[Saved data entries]
_ _ _ _
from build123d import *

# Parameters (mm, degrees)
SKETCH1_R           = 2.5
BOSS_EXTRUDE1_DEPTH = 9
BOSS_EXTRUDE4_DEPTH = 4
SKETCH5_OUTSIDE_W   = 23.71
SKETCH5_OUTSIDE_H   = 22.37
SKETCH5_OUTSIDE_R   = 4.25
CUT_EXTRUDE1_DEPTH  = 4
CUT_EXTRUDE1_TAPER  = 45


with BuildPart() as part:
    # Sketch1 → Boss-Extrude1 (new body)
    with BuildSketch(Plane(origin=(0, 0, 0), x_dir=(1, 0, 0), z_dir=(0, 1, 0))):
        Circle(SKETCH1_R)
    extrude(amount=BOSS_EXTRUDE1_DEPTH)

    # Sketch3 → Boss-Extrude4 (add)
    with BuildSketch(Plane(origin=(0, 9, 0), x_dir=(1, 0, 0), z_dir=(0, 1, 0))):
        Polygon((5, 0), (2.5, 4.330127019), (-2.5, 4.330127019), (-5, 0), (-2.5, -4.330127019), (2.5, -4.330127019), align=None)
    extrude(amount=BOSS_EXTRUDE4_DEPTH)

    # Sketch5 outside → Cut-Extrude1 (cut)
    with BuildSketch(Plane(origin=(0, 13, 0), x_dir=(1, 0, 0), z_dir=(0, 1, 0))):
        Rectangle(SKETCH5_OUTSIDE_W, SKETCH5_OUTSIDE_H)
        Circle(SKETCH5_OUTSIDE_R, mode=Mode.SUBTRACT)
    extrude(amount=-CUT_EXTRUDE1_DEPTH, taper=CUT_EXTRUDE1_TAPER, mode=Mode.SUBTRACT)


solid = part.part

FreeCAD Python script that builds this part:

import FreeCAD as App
import Part
import Sketcher

V = App.Vector
Q = App.Units.Quantity


def add_polygon(sketch, points):
    """Adds a closed chain of lines whose ends are joined by coincident constraints."""
    first, n = sketch.GeometryCount, len(points)
    for a, b in zip(points, points[1:] + points[:1]):
        sketch.addGeometry(Part.LineSegment(App.Vector(*a, 0), App.Vector(*b, 0)), False)
    for i in range(n):
        sketch.addConstraint(Sketcher.Constraint("Coincident", first + i, 2, first + (i + 1) % n, 1))

doc = App.newDocument("Part")
params = doc.addObject("Spreadsheet::Sheet", "Params")
for row, (alias, value) in enumerate([
    ("sketch1_diameter", "5 mm"),
    ("pad1_length", "9 mm"),
    ("sketch2_width", "5 mm"),
    ("sketch2_length", "5 mm"),
    ("pad2_length", "4 mm"),
    ("sketch3_diameter", "8.5 mm"),
    ("sketch3_width", "23.71 mm"),
    ("sketch3_height", "22.37 mm"),
    ("pocket1_length", "4 mm"),
    ("pocket1_taper", "45 deg"),
], start=1):
    params.set(f"A{row}", alias)
    params.set(f"B{row}", "=" + value)
    params.setAlias(f"B{row}", alias)

body = doc.addObject("PartDesign::Body", "Body")

sketch1 = body.newObject("Sketcher::SketchObject", "Sketch")
sketch1.AttachmentSupport = (doc.getObject("XZ_Plane"), [""])
sketch1.MapMode = "FlatFace"
sketch1.addGeometry(Part.Circle(V(0, 0, 0), V(0, 0, 1), 2.5), False)
sketch1.addConstraint([
    Sketcher.Constraint("Coincident", 0, 3, -1, 1),
    Sketcher.Constraint("Diameter", 0, Q("5 mm")),
])
sketch1.setExpression("Constraints[1]", "Params.sketch1_diameter")
pad1 = body.newObject("PartDesign::Pad", "Pad")
pad1.Profile = sketch1
pad1.setExpression("Length", "Params.pad1_length")
pad1.Reversed = True

sketch2 = body.newObject("Sketcher::SketchObject", "Sketch001")
sketch2.AttachmentSupport = (doc.getObject("XZ_Plane"), [""])
sketch2.MapMode = "FlatFace"
sketch2.AttachmentOffset = App.Placement(V(0, 0, -9), App.Rotation())
add_polygon(sketch2, [(5, 0), (2, -4), (-2, -4), (-5, 0), (-2, 4), (2, 4)])
sketch2.addConstraint([
    Sketcher.Constraint("Horizontal", 1),
    Sketcher.Constraint("Horizontal", 4),
    Sketcher.Constraint("Symmetric", 0, 2, 3, 2, -1, 1),
    Sketcher.Constraint("Symmetric", 2, 2, 5, 2, -1, 1),
    Sketcher.Constraint("PointOnObject", 2, 2, -1),
    Sketcher.Constraint("Parallel", 2, 5),
    Sketcher.Constraint("Vertical", 1, 2, 3, 2),
    Sketcher.Constraint("DistanceX", 1, 2, 1, 1, Q("5 mm")),
    Sketcher.Constraint("Angle", 0, Q("-120 deg")),
    Sketcher.Constraint("Distance", 0, Q("5 mm")),
])
sketch2.setExpression("Constraints[13]", "Params.sketch2_width")
sketch2.setExpression("Constraints[15]", "Params.sketch2_length")
pad2 = body.newObject("PartDesign::Pad", "Pad001")
pad2.Profile = sketch2
pad2.setExpression("Length", "Params.pad2_length")
pad2.Reversed = True

sketch3 = body.newObject("Sketcher::SketchObject", "Sketch002")
sketch3.AttachmentSupport = (doc.getObject("XZ_Plane"), [""])
sketch3.MapMode = "FlatFace"
sketch3.AttachmentOffset = App.Placement(V(0, 0, -13), App.Rotation())
add_polygon(sketch3, [(-11.9, -11.2), (-11.9, 11.2), (11.9, 11.2), (11.9, -11.2)])
sketch3.addGeometry(Part.Circle(V(0, 0, 0), V(0, 0, 1), 4.2), False)
sketch3.addConstraint([
    Sketcher.Constraint("Vertical", 0),
    Sketcher.Constraint("Horizontal", 1),
    Sketcher.Constraint("Vertical", 2),
    Sketcher.Constraint("Horizontal", 3),
    Sketcher.Constraint("Coincident", 4, 3, -1, 1),
    Sketcher.Constraint("Symmetric", 0, 2, 2, 2, -1, 1),
    Sketcher.Constraint("Diameter", 4, Q("8.5 mm")),
    Sketcher.Constraint("DistanceX", 1, 1, 1, 2, Q("23.71 mm")),
    Sketcher.Constraint("DistanceY", 0, 1, 0, 2, Q("22.37 mm")),
])
sketch3.setExpression("Constraints[10]", "Params.sketch3_diameter")
sketch3.setExpression("Constraints[11]", "Params.sketch3_width")
sketch3.setExpression("Constraints[12]", "Params.sketch3_height")
pocket1 = body.newObject("PartDesign::Pocket", "Pocket")
pocket1.Profile = sketch3
pocket1.setExpression("Length", "Params.pocket1_length")
pocket1.Reversed = True
pocket1.setExpression("TaperAngle", "Params.pocket1_taper")

doc.recompute()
_ _ _ _
- **EXERCISE DIRECTIONS**
Every line in the data above that contains "amount" needs to be copied.

- **ANSWER TO THIS EXERCISE**
    extrude(amount=BOSS_EXTRUDE1_DEPTH)
    extrude(amount=BOSS_EXTRUDE4_DEPTH)
    extrude(amount=-CUT_EXTRUDE1_DEPTH, taper=CUT_EXTRUDE1_TAPER, mode=Mode.SUBTRACT)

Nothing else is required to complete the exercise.